▶ [Required work] Write out exactly the lines below that run from the one containing "point P3 (3.906, 3.5)" through the one containing "The same part", both included, with no other lines.

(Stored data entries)
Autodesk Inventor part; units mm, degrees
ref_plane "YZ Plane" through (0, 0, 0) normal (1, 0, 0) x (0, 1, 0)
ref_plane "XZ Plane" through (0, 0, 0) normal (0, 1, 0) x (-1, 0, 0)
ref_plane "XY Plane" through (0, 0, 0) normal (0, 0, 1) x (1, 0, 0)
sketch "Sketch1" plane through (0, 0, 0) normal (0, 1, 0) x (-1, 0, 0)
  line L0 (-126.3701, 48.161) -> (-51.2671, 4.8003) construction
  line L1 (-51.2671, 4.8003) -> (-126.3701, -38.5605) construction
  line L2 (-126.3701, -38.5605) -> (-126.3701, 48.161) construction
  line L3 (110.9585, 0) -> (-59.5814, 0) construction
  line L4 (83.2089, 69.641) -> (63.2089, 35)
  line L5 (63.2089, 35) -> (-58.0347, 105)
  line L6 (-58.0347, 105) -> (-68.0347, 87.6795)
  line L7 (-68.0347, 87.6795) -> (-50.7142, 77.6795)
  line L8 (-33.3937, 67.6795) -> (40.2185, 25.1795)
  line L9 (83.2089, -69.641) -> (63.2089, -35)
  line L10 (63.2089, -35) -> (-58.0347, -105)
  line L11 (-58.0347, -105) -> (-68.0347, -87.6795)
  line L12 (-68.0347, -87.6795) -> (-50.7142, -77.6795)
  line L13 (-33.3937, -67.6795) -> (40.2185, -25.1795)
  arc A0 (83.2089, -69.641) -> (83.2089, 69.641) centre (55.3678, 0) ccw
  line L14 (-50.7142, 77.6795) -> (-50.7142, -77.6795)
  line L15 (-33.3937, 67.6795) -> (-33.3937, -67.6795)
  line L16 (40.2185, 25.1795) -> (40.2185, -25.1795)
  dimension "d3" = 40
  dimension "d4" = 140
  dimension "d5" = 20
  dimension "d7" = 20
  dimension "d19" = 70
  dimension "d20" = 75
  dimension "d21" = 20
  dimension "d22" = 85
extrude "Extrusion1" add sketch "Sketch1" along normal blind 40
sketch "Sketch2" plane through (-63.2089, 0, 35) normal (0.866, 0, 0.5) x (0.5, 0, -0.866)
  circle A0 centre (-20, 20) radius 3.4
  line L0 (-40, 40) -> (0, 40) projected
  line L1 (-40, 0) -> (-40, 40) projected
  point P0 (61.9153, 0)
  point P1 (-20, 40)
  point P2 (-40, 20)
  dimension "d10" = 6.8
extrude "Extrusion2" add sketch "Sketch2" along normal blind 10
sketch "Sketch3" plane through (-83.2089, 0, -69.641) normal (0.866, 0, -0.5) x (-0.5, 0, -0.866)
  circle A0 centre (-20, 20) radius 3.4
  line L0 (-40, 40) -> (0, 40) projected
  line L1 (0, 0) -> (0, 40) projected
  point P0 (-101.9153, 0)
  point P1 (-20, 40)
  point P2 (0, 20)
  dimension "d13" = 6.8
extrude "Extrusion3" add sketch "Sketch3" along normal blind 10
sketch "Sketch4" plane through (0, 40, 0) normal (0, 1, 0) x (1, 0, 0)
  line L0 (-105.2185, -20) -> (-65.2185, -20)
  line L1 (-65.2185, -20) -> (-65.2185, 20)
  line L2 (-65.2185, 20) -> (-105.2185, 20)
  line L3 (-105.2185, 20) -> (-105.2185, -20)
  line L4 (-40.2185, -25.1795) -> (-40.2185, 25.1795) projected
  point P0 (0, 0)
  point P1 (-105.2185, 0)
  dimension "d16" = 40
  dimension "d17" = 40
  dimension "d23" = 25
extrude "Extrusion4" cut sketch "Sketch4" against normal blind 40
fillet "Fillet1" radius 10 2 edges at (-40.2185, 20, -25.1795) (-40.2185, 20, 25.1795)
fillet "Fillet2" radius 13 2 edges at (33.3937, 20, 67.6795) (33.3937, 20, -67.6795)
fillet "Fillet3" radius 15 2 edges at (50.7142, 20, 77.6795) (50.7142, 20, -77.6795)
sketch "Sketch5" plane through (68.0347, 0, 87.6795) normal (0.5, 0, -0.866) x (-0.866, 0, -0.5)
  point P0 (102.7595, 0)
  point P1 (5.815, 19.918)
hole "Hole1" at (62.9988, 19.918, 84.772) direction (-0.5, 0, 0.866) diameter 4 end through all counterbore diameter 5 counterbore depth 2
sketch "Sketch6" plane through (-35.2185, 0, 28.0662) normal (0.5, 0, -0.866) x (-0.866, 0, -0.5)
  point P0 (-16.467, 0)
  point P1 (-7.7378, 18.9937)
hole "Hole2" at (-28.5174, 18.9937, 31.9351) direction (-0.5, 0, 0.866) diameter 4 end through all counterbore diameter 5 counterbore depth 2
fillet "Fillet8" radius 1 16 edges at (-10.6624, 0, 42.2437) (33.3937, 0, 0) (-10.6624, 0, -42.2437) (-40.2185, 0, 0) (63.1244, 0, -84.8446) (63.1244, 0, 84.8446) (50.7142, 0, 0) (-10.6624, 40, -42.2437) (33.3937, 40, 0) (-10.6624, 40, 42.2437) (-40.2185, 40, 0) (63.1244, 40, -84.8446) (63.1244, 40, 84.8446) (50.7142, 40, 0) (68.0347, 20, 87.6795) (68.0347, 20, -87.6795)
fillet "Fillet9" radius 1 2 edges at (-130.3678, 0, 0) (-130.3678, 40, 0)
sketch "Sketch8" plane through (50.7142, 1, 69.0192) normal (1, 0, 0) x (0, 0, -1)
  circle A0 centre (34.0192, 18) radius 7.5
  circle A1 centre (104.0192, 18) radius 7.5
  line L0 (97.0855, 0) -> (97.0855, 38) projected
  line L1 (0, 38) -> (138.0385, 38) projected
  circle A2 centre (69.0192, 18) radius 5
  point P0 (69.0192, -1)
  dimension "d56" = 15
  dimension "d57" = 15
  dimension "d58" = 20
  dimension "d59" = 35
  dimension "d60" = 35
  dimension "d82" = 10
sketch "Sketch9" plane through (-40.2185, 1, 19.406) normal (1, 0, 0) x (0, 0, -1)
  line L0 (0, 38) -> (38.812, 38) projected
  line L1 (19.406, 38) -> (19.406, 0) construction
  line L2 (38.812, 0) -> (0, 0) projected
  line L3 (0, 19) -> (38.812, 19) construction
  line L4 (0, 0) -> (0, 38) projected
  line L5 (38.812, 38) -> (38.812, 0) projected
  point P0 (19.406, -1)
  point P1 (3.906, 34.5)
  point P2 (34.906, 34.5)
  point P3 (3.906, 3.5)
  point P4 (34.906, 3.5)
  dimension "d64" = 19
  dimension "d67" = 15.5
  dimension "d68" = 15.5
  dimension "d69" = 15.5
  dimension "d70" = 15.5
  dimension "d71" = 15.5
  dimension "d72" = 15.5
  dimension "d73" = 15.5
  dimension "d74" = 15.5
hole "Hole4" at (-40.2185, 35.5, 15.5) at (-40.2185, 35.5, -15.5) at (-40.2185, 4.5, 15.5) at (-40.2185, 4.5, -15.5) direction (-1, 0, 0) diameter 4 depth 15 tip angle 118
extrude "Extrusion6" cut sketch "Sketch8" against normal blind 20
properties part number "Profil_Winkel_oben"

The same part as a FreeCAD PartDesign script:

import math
import FreeCAD as App
import Part
import Sketcher
from FreeCAD import Vector
Q = App.Units.Quantity


def edges_at(feature, points):
    """Names of the edges that pass closest to the given points."""
    edges = feature.Shape.Edges
    near = lambda p: min(range(len(edges)), key=lambda i: edges[i].distToShape(Part.Vertex(*p))[0])
    return sorted({f"Edge{near(p) + 1}" for p in points})

doc = App.newDocument("Part")
body = doc.addObject("PartDesign::Body", "Body")

# Sketch on XZ plane
sketch1 = doc.addObject("Sketcher::SketchObject", "Sketch")
body.addObject(sketch1)
sketch1.AttachmentSupport = (doc.XZ_Plane, [""])
sketch1.MapMode = "FlatFace"
sketch1.addGeometry(Part.ArcOfCircle(Part.Circle(Vector(-55.3678, 0, 0), Vector(0, 0, 1), 74.999972), math.radians(111.790557), math.radians(248.209443)), False)
sketch1.addGeometry(Part.LineSegment(Vector(-83.2089, 69.641, 0), Vector(-63.2089, 35, 0)), False)
sketch1.addGeometry(Part.LineSegment(Vector(-63.2089, 35, 0), Vector(58.0347, 105, 0)), False)
sketch1.addGeometry(Part.LineSegment(Vector(58.0347, 105, 0), Vector(68.0347, 87.6795, 0)), False)
sketch1.addGeometry(Part.LineSegment(Vector(68.0347, 87.6795, 0), Vector(50.7142, 77.6795, 0)), False)
sketch1.addGeometry(Part.LineSegment(Vector(50.7142, 77.6795, 0), Vector(50.7142, -77.6795, 0)), False)
sketch1.addGeometry(Part.LineSegment(Vector(50.7142, -77.6795, 0), Vector(68.0347, -87.6795, 0)), False)
sketch1.addGeometry(Part.LineSegment(Vector(68.0347, -87.6795, 0), Vector(58.0347, -105, 0)), False)
sketch1.addGeometry(Part.LineSegment(Vector(58.0347, -105, 0), Vector(-63.2089, -35, 0)), False)
sketch1.addGeometry(Part.LineSegment(Vector(-63.2089, -35, 0), Vector(-83.2089, -69.641, 0)), False)
sketch1.addGeometry(Part.LineSegment(Vector(33.3937, -67.6795, 0), Vector(33.3937, 67.6795, 0)), False)
sketch1.addGeometry(Part.LineSegment(Vector(33.3937, 67.6795, 0), Vector(-40.2185, 25.1795, 0)), False)
sketch1.addGeometry(Part.LineSegment(Vector(-40.2185, 25.1795, 0), Vector(-40.2185, -25.1795, 0)), False)
sketch1.addGeometry(Part.LineSegment(Vector(-40.2185, -25.1795, 0), Vector(33.3937, -67.6795, 0)), False)
sketch1.addConstraint(Sketcher.Constraint("Coincident", 0, 1, 1, 1))
sketch1.addConstraint(Sketcher.Constraint("Coincident", 1, 2, 2, 1))
sketch1.addConstraint(Sketcher.Constraint("Coincident", 2, 2, 3, 1))
sketch1.addConstraint(Sketcher.Constraint("Coincident", 3, 2, 4, 1))
sketch1.addConstraint(Sketcher.Constraint("Coincident", 4, 2, 5, 1))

▶ [Response to the exercise]
  point P3 (3.906, 3.5)
  point P4 (34.906, 3.5)
  dimension "d64" = 19
  dimension "d67" = 15.5
  dimension "d68" = 15.5
  dimension "d69" = 15.5
  dimension "d70" = 15.5
  dimension "d71" = 15.5
  dimension "d72" = 15.5
  dimension "d73" = 15.5
  dimension "d74" = 15.5
hole "Hole4" at (-40.2185, 35.5, 15.5) at (-40.2185, 35.5, -15.5) at (-40.2185, 4.5, 15.5) at (-40.2185, 4.5, -15.5) direction (-1, 0, 0) diameter 4 depth 15 tip angle 118
extrude "Extrusion6" cut sketch "Sketch8" against normal blind 20
properties part number "Profil_Winkel_oben"

The same part as a FreeCAD PartDesign script:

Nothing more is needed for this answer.